God of the science nerds, Neil deGrasse Tyson, has played the voice of reason time and time again. He’s explained the inner-workings of the cosmos and, at the same time, helped the folks at the Daily Show change the earth’s rotation. He also apparently is tired of anti-GMO folks.

“Practically every food you buy in a store, for consumption by humans, is genetically modified food,” deGrasse Tyson says. Manipulating corn genes in a laboratory is no different than the hundreds of years of livestock and produce farming that agriculture has built empires on. In both cases, no matter the context in which it happens, Tyson says, we are committing “artificial selection.” We are cherry picking the juiciest, largest, most delicious foods and interrupting nature’s course for our own enjoyment.

There are no wild seedless watermelons, he says. Nor are their wild cows or wild long-stemmed roses, though, as he helpfully points out, “we don’t eat roses.” Indeed, what anti-GMO crowds call nutritional heresy — people in white coats improving the food we eat — is really a smarter extension of what has been going on for decades.

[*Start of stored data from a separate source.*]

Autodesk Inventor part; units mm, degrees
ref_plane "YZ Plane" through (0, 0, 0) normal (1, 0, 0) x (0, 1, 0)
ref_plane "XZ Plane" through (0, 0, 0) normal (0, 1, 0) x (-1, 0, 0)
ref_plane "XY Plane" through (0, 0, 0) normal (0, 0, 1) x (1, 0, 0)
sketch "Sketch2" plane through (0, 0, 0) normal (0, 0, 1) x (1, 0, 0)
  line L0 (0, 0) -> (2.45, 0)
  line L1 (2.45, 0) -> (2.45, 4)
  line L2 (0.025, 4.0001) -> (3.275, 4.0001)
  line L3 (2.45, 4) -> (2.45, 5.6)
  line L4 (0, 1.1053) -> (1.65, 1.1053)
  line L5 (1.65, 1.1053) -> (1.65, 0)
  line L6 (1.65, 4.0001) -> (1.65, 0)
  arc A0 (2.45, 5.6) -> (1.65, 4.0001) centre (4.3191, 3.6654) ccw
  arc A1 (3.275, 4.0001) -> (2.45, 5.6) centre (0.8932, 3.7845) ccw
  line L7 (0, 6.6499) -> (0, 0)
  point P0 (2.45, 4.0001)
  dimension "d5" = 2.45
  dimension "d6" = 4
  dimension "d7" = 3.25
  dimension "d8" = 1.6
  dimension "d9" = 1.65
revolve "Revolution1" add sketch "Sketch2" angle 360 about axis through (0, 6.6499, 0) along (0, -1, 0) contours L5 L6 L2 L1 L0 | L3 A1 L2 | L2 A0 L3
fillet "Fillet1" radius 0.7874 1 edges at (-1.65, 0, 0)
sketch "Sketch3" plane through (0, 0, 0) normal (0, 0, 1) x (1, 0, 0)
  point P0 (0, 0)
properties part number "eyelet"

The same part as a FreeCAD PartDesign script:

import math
import FreeCAD as App
import Part
import Sketcher
from FreeCAD import Vector


def edges_at(feature, points):
    """Names of the edges that pass closest to the given points."""
    edges = feature.Shape.Edges
    near = lambda p: min(range(len(edges)), key=lambda i: edges[i].distToShape(Part.Vertex(*p))[0])
    return sorted({f"Edge{near(p) + 1}" for p in points})

doc = App.newDocument("Part")
body = doc.addObject("PartDesign::Body", "Body")

sketch1 = body.newObject("Sketcher::SketchObject", "Sketch")
sketch1.AttachmentSupport = (doc.getObject("XY_Plane"), [""])
sketch1.MapMode = "FlatFace"
sketch1.addGeometry(Part.LineSegment(Vector(1.6, 0, 0), Vector(2.5, 0, 0)), False)
sketch1.addGeometry(Part.LineSegment(Vector(2.5, 0, 0), Vector(2.5, 4, 0)), False)
sketch1.addGeometry(Part.LineSegment(Vector(2.5, 4, 0), Vector(3.3, 4, 0)), False)
sketch1.addGeometry(Part.ArcOfCircle(Part.Circle(Vector(0.9, 3.8, 0), Vector(0, 0, 1), 2.4), math.radians(5), math.radians(49)), False)
sketch1.addGeometry(Part.ArcOfCircle(Part.Circle(Vector(4.3, 3.7, 0), Vector(0, 0, 1), 2.7), math.radians(134), math.radians(173)), False)
sketch1.addGeometry(Part.LineSegment(Vector(1.6, 4, 0), Vector(1.6, 0, 0)), False)
sketch1.addConstraint(Sketcher.Constraint("Coincident", 0, 2, 1, 1))
sketch1.addConstraint(Sketcher.Constraint("Coincident", 1, 2, 2, 1))
sketch1.addConstraint(Sketcher.Constraint("Coincident", 2, 2, 3, 1))
sketch1.addConstraint(Sketcher.Constraint("Coincident", 3, 2, 4, 1))
sketch1.addConstraint(Sketcher.Constraint("Coincident", 4, 2, 5, 1))
sketch1.addConstraint(Sketcher.Constraint("Coincident", 5, 2, 0, 1))
sketch1.addConstraint(Sketcher.Constraint("Horizontal", 0))
sketch1.addConstraint(Sketcher.Constraint("Vertical", 1))
sketch1.addConstraint(Sketcher.Constraint("Horizontal", 2))
sketch1.addConstraint(Sketcher.Constraint("Vertical", 5))
sketch1.addConstraint(Sketcher.Constraint("PointOnObject", 0, 2, -1))
sketch1.addConstraint(Sketcher.Constraint("Horizontal", 2, 2, 4, 2))
sketch1.addConstraint(Sketcher.Constraint("Vertical", 1, 2, 3, 2))
sketch1.addConstraint(Sketcher.Constraint("DistanceY", 1, 1, 1, 2, 4.0))
sketch1.addConstraint(Sketcher.Constraint("DistanceY", 1, 2, 3, 2, 1.6))
sketch1.addConstraint(Sketcher.Constraint("DistanceX", -1, 1, 0, 2, 2.45))
sketch1.addConstraint(Sketcher.Constraint("DistanceX", -1, 1, 4, 2, 1.65))
sketch1.addConstraint(Sketcher.Constraint("Radius", 4, 2.69))
sketch1.addConstraint(Sketcher.Constraint("Radius", 3, 2.3915))
sketch1.addConstraint(Sketcher.Constraint("DistanceX", 2, 1, 2, 2, 0.825))
revolution = body.newObject("PartDesign::Revolution", "Revolution")
revolution.Profile = sketch1
revolution.ReferenceAxis = (sketch1, ["V_Axis"])
revolution.Angle = 360
doc.recompute()

fillet = body.newObject("PartDesign::Fillet", "Fillet")
fillet.Base = (revolution, edges_at(revolution, [(-1.65, 0, 0)]))
fillet.Radius = 0.7874

doc.recompute()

“We have systematically genetically modified all the foods, vegetable and animals, ever since we cultivated them,” he said. “If you’re the complainer type, go back and eat the apples that grow wild. They’re this big” — Tyson creates a circle no larger than a golf ball — “and they’re tart. They’re not sweet like red delicious apples.”

Constantly, in fact, are we modifying the natural world to satisfy our human desires. Is it selfish? Yes. But is it harmful? Loads of science, and now one of its deities, say “No.”